The Pancreas and Pancreatic Cancer
An Interview with Nicholas Gonzalez, M.D.
With permission from totalhealth Magazine, Volume 28, No. 4. For subscription information, call 1-888-316-6051.
As a medical student at Cornell in 1981, Nick first began investigating the work of the late and very eccentric Dr. William Kelley, the dentist who developed a nutritional enzyme approach to cancer during the 1960’s. His research mentor at the time, Dr. Robert Good – then President of Sloan-Kettering and recently described in his obituary as the “Father of Modern Immunology” – suggested as part of Nick’s project he evaluate all patients with appropriately diagnosed inoperable pancreatic cancer treated by Dr. Kelley within a specific time frame (Nick ultimately chose the years 1974-1982). Dr. Good, wise teacher that he could be, encouraged Nick to focus his efforts on this particular malignancy, since pancreatic cancer was at the time, as it is today, an invidiously aggressive illness that kills most of its victims within 3-6 months. Dr. Good realized Kelley treated other types of cancers as well as non-cancer illnesses. But he felt that if Nick could show Kelley had even a few significant victories against this disease, his work would deserve to be taken more seriously – after all, no one in orthodox oncology anywhere could claim any success with inoperable pancreatic cancer.
In Nick’s searchings through Kelley’s files he did indeed discover a series of remarkable patients diagnosed with pancreatic cancer who had done extraordinarily well for years under Kelley’s care. He documented these unusual cases as a part of his lengthy report on Kelley’s methods, completed as fulfillment for his immunology research training under Dr. Good – who by that time had moved to All Children’s Hospital in Florida. Though the original manuscript remains unpublished to this day [note: One Man Alone was later published in 2010 by New Spring Press and also available on Amazon] – due to the usual biases in the medical and publishing world – by the late 1980s, long after Kelley had closed down his office and disappeared from view, word of Nick’s study and his unusual findings with pancreatic cancer spread quickly in the alternative world.
In 1993, Dr. Michael Friedman, then Associate Director of the National Cancer Institute, suggested Nick pursue a small pilot study, evaluating his nutritional approach in patients diagnosed with inoperable pancreatic cancer, for reasons similar to those of Dr. Good 12 years earlier. He felt that if Nick had the guts to put his therapy to the test against pancreatic cancer in a formal clinical trial and the treatment showed some benefit even in a few patients, the NCI would have to move to the next level with his work and support large controlled clinical studies. By “benefit” Dr. Friedman meant three out of 10 patients living one year.
Nick far exceeded Dr. Friedman’s definition of success; of the eleven patients in the study, eight with very advanced stage IV disease, nine lived at least a year, five lived two years or more, and two lived beyond four years. Based on these well-documented results, published in a peer-reviewed journal in 1999, the NCI agreed to fund a comprehensive controlled study, originally designed to pit The Gonzalez Protocol® against the best available chemotherapy in patients diagnosed with inoperable pancreatic cancer. This closely followed study seems well-known within both the alternative and the orthodox medical world as one of the NCI’s first attempts to study, seriously, an alternative approach to cancer. Unfortunately, despite the earlier optimism that surrounded the project, it remains seven years later uncompleted, for many reasons that for now must be kept confidential.

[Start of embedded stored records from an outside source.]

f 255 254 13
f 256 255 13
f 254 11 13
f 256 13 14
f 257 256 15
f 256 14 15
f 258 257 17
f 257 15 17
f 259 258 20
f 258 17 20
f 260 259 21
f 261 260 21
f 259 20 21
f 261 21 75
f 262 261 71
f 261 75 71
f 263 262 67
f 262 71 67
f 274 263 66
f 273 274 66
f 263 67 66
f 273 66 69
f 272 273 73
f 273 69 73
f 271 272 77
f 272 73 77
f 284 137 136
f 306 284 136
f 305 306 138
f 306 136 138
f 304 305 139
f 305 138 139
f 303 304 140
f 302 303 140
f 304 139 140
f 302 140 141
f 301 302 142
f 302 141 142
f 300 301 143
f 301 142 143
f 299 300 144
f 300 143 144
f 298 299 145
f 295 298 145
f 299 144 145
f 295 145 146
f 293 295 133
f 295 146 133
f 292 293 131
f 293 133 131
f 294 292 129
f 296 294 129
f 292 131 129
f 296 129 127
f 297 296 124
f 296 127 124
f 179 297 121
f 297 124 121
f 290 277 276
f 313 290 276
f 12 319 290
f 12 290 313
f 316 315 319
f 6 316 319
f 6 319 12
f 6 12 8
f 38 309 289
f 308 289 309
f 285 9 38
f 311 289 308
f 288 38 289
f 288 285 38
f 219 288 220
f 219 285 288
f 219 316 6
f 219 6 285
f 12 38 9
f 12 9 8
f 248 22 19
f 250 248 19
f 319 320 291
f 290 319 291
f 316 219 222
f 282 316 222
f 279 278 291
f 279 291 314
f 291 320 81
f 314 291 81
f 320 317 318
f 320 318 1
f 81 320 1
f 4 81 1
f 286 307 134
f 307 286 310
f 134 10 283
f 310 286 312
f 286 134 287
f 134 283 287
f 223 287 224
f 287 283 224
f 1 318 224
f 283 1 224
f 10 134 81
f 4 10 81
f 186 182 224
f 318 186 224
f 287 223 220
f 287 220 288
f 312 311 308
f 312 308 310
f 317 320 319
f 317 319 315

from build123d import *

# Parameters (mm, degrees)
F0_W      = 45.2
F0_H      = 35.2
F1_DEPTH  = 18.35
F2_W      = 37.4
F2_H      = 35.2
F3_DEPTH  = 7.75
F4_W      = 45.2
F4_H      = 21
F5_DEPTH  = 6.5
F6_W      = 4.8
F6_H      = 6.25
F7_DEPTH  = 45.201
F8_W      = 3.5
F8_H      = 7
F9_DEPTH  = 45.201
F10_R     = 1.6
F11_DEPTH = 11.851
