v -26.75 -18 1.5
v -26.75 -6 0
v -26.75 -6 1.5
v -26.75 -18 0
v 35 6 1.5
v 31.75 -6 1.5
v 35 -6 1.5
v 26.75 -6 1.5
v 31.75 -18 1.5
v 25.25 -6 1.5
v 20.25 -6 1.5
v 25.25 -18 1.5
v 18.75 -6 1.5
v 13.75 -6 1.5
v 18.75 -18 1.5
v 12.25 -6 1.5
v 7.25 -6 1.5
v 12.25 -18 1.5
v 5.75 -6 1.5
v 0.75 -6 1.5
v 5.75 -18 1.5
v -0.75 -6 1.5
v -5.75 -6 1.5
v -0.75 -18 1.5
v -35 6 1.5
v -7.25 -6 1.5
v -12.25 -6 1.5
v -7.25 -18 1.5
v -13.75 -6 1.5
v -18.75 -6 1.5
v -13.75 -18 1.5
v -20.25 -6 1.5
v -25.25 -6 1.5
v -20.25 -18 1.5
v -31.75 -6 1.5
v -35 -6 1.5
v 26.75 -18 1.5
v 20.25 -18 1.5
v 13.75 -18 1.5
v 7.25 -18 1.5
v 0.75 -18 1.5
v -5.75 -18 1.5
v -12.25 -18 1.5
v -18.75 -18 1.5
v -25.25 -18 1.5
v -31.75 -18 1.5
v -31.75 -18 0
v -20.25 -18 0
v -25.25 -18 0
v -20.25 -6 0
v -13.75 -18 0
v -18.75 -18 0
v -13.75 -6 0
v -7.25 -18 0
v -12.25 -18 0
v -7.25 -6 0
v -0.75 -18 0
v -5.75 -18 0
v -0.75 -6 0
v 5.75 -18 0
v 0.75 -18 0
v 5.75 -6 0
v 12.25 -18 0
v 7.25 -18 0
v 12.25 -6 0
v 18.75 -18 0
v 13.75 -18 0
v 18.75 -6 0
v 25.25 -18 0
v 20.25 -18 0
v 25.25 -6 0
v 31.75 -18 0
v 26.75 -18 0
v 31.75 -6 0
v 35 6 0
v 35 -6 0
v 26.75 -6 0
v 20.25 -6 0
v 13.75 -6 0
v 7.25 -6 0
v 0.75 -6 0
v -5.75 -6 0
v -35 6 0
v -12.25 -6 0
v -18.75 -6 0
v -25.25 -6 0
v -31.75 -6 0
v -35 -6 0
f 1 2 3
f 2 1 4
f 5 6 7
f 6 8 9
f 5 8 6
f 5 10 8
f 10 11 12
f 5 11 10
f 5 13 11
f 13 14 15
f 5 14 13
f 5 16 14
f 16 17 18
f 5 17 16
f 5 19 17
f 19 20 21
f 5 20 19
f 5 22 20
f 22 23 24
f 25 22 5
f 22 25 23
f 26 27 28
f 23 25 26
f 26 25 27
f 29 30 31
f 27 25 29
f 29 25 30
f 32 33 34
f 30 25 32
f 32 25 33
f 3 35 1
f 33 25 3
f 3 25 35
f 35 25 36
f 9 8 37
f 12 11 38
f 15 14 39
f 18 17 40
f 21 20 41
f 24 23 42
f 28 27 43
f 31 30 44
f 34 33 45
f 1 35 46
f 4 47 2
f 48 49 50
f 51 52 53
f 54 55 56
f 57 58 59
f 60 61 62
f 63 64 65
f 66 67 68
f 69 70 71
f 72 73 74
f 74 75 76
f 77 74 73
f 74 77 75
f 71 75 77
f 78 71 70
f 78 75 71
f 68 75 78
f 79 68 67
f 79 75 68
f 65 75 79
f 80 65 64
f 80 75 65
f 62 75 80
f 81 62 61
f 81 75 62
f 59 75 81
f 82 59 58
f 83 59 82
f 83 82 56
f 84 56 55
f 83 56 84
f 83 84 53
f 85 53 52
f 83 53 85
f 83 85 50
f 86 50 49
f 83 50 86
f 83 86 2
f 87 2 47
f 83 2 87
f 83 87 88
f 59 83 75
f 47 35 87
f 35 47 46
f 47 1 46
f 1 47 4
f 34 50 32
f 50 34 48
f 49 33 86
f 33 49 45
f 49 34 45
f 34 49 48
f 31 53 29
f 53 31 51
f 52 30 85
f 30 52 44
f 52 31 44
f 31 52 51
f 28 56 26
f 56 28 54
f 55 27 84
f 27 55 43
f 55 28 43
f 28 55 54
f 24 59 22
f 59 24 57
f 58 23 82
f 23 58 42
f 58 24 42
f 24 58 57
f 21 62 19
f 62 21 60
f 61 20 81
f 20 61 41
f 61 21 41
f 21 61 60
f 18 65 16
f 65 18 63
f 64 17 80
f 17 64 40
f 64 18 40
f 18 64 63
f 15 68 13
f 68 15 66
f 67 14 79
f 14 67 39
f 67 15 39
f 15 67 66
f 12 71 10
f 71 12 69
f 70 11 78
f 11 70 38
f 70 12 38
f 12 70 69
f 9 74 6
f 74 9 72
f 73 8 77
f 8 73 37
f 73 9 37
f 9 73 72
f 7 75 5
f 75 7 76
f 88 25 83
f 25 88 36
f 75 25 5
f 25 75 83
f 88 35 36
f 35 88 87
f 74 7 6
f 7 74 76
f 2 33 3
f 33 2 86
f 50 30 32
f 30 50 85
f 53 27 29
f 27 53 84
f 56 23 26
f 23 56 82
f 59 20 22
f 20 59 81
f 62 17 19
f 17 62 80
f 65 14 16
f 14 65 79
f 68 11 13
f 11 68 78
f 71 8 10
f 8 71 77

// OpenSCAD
// 10-well agarose gel comb, printed lying flat
// Units: mm. Comb plate thickness (Z) = 1.5 mm.

// ---------- Parameters ----------
plate_t      = 1.5;    // comb plate thickness (Z)
spine_len    = 70;     // spine (back bar) length (X)
spine_w      = 12;     // spine width (Y)
teeth_count  = 10;     // number of wells/teeth
teeth_w      = 5.0;    // tooth width (X)
teeth_l      = 12;     // tooth length into plate (Y, from -Y edge)
gap          = 1.5;    // gap between neighbouring teeth (X)
eps          = 0.5;    // overshoot for clean boolean cuts

$fn = 64;

// Derived
pitch   = teeth_w + gap;              // centre-to-centre spacing
x_start = -(teeth_count - 1) * pitch / 2; // first tooth centre (row centred)

// ---------- Model ----------
union() {
    // Spine (back bar), full Y, on bed
    translate([-spine_len/2, -spine_w/2, 0])
        cube([spine_len, spine_w, plate_t]);

    // Teeth hanging from the -Y edge
    for (i = [0 : teeth_count - 1])
        translate([x_start + i * pitch - teeth_w/2,
                   -spine_w/2 - teeth_l,
                   0])
            cube([teeth_w, teeth_l + eps, plate_t]);
}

So though the long story of Nick’s clinical trial was told in his book What went Wrong, that project struggled along its peculiar pathway. Nick did pursue laboratory studies in a mouse pancreatic tumor model developed by the renowned molecular biologist Dr. Parviz Pour at the University of Nebraska. Again, as with the pilot study, the results were positive, impressive, published in the peer-reviewed literature, and presented at an NCI invitation-only conference.

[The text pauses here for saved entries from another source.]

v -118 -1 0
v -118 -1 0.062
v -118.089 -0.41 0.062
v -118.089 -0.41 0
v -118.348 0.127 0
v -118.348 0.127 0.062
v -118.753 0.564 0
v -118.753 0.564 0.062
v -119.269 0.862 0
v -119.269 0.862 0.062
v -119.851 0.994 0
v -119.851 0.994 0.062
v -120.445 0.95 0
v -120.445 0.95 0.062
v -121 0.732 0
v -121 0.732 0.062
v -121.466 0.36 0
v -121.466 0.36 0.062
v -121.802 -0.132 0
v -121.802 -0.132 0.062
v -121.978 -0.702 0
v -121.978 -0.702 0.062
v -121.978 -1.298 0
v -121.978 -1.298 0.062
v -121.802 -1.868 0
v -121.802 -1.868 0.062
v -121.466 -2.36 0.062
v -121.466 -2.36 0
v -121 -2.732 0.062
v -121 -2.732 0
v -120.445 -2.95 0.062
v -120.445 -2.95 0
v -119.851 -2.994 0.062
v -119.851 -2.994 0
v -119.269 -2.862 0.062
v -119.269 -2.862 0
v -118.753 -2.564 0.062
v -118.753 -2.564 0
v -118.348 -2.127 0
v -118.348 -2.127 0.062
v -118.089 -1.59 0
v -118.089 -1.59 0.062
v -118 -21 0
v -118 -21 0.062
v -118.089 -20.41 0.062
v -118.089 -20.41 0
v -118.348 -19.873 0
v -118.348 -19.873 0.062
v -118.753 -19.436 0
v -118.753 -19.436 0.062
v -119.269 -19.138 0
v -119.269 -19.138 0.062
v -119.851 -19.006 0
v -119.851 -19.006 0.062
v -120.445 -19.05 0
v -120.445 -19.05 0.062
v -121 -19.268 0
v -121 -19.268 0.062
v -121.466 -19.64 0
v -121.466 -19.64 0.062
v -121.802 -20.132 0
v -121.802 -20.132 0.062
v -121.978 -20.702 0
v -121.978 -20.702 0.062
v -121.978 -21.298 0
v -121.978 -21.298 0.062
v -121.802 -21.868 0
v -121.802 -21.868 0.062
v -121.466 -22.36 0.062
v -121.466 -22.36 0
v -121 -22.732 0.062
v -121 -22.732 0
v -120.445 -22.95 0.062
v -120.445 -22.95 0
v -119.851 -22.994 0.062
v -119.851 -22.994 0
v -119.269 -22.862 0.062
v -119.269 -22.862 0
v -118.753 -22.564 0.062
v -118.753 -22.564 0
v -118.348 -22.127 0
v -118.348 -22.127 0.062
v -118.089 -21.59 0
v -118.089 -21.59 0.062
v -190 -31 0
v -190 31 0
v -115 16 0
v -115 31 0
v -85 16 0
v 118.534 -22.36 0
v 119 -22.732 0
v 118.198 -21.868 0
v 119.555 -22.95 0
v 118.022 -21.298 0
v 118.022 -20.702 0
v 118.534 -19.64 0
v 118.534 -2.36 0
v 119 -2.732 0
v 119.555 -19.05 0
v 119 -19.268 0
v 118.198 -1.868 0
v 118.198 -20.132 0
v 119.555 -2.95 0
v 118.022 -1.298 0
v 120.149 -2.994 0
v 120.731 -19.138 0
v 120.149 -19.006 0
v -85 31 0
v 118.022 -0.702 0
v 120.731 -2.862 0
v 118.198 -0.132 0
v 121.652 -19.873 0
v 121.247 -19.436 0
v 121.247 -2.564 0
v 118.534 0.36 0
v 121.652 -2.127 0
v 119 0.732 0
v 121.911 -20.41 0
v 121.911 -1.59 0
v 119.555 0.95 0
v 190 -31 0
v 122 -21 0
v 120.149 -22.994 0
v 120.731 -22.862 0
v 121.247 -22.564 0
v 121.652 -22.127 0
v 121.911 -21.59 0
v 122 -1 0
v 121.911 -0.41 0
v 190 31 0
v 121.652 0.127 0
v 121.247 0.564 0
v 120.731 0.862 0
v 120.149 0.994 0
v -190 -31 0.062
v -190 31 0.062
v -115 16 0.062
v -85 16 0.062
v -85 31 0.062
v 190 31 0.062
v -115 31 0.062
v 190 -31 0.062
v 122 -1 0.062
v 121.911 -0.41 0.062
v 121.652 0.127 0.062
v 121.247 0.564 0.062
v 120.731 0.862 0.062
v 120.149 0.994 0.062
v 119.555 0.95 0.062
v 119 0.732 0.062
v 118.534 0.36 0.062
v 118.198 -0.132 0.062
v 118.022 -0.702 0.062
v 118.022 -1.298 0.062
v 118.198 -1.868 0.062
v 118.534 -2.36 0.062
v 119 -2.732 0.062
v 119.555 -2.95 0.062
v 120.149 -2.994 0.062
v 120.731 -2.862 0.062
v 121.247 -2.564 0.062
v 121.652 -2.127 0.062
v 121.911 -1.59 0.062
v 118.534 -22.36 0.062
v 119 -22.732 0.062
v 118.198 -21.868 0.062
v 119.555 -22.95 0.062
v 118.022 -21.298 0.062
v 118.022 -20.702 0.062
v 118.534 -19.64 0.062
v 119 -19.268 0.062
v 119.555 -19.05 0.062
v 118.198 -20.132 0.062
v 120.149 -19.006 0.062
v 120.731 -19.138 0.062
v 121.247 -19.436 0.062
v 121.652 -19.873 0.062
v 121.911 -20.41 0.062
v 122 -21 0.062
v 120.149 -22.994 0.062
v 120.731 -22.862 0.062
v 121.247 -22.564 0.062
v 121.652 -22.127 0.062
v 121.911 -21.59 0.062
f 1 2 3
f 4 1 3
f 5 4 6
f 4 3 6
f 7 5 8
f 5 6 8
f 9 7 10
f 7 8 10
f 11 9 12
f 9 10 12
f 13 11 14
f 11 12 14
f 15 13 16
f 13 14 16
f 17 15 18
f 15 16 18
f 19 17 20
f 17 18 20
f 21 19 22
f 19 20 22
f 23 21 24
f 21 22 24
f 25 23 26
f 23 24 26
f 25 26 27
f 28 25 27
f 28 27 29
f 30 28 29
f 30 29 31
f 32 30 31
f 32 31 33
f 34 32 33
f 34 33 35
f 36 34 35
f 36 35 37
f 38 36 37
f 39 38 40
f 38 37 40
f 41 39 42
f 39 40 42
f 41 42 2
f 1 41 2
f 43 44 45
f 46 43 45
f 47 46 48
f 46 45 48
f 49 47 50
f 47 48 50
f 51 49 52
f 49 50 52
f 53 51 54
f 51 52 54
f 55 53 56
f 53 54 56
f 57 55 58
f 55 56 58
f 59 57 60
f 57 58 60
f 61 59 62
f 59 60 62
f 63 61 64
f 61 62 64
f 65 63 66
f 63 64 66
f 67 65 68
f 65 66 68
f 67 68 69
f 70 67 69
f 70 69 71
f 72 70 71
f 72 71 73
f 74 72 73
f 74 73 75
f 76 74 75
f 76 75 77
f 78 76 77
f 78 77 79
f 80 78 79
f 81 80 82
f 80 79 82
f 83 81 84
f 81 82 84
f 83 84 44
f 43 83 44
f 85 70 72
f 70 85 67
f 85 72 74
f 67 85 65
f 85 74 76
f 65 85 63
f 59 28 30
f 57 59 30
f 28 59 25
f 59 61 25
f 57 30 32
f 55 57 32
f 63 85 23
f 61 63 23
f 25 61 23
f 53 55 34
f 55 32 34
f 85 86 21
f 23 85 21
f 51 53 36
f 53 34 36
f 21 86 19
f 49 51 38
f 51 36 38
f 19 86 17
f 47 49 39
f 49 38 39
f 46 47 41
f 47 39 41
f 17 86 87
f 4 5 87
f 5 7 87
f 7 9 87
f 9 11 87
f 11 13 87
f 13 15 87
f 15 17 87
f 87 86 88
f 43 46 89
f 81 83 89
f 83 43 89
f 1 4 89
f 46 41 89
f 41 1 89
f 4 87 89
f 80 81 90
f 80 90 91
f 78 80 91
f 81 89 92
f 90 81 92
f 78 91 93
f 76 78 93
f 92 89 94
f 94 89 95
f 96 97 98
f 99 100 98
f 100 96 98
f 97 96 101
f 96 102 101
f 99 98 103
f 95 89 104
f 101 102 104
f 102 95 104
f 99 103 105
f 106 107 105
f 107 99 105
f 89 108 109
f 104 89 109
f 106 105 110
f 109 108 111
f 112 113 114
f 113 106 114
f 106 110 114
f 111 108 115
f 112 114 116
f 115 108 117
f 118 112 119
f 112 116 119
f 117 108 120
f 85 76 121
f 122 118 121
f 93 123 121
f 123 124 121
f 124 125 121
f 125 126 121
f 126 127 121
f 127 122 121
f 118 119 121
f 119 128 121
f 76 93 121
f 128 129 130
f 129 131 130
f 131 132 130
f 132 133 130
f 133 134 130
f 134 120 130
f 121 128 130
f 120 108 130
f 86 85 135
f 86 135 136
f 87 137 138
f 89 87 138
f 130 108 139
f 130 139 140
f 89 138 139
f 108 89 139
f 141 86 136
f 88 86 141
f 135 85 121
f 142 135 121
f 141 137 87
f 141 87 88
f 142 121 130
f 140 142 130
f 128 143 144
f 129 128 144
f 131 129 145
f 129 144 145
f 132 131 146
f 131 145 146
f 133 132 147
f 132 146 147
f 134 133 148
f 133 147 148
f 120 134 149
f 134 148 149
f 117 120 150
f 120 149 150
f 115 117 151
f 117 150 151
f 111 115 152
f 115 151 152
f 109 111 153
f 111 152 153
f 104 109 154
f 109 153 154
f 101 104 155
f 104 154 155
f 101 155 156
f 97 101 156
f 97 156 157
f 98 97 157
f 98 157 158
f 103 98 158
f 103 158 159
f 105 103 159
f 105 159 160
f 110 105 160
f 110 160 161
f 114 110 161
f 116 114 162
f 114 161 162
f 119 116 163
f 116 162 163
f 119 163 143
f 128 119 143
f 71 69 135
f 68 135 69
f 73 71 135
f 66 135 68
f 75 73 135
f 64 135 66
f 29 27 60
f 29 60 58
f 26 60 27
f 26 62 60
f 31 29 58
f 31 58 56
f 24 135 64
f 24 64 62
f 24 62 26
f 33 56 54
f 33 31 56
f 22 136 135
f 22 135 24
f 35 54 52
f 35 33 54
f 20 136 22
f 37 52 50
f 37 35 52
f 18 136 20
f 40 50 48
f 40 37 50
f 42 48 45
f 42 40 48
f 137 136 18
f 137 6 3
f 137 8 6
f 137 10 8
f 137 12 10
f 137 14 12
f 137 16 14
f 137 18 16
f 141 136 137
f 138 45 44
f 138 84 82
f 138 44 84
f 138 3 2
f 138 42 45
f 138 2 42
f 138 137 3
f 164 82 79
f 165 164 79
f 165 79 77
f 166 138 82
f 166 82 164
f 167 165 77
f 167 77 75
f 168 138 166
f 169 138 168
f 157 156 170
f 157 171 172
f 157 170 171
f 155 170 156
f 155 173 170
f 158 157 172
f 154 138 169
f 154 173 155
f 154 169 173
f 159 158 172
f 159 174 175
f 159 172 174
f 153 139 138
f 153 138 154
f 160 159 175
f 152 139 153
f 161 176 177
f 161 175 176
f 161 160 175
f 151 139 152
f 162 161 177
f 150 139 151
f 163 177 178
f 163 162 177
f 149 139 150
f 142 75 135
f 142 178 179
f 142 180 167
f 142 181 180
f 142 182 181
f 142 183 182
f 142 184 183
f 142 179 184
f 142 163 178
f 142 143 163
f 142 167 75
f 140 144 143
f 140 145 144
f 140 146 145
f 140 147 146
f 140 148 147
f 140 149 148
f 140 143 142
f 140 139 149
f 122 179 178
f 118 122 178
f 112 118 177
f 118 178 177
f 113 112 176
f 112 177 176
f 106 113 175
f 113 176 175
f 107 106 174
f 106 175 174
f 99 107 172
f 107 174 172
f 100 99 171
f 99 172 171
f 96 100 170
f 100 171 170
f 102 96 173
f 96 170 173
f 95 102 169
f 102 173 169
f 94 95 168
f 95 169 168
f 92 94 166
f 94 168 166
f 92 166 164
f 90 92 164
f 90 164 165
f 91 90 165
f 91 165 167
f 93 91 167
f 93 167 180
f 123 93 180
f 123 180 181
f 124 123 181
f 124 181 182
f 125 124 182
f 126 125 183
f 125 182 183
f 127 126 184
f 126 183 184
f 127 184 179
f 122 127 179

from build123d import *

# Parameters (mm, degrees)
SKETCH1_W             = 380
SKETCH1_H             = 62
BODY_DEPTH            = 0.0625
SKETCH2_R             = 2
MAGNETIC_HOLDER_DEPTH = 0.0625
SKETCH3_W             = 30
SKETCH3_H             = 15
CUT_EXTRUDE2_DEPTH    = 0.0625


with BuildPart() as part:
    # Sketch1 → Body (new body)
    with BuildSketch(Plane.XY):
        Rectangle(SKETCH1_W, SKETCH1_H)
    extrude(amount=BODY_DEPTH)

    # Sketch2 → Magnetic Holder (cut)
    with BuildSketch(Plane.XY.offset(0.0625)):
        with Locations((-120, -1)):
            Circle(SKETCH2_R)
        with Locations((120, -1)):
            Circle(SKETCH2_R)
        with Locations((120, -21)):
            Circle(SKETCH2_R)
        with Locations((-120, -21)):
            Circle(SKETCH2_R)
    extrude(amount=-MAGNETIC_HOLDER_DEPTH, mode=Mode.SUBTRACT)

    # Sketch3 → Cut-Extrude2 (cut)
    with BuildSketch(Plane.XY.offset(0.0625)):
        with Locations((-100, 23.5)):
            Rectangle(SKETCH3_W, SKETCH3_H)
    extrude(amount=-CUT_EXTRUDE2_DEPTH, mode=Mode.SUBTRACT)


solid = part.part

Since so much of his research, both clinical and laboratory, has involved pancreatic cancer in one way or another, it’s understandable that many familiar with our regimen associate it primarily or even exclusively with the disease, even though Nick did treat all forms of cancer as well as non-malignant illness. Nonetheless, after several conversations with his friend Lyle Hurd, the publisher of totalhealth, Nick decided to write about this particular disease once again, concentrating not on the clinical studies, but our success with patients treated in his private practice. In doing so he hoped to demonstrate that with his nutritional therapy, a number of his patients have beaten soundly this normally rapidly terminal condition in a way unmatched anywhere in the orthodox oncology literature. Nick also hoped to make the same point Dr. Good made with him in their first conversations about Kelley 25 years ago, and the point Dr. Friedman repeated years later. If he could document even an occasional success with inoperable pancreatic cancer, The Gonzalez Protocol® deserves to be taken more seriously.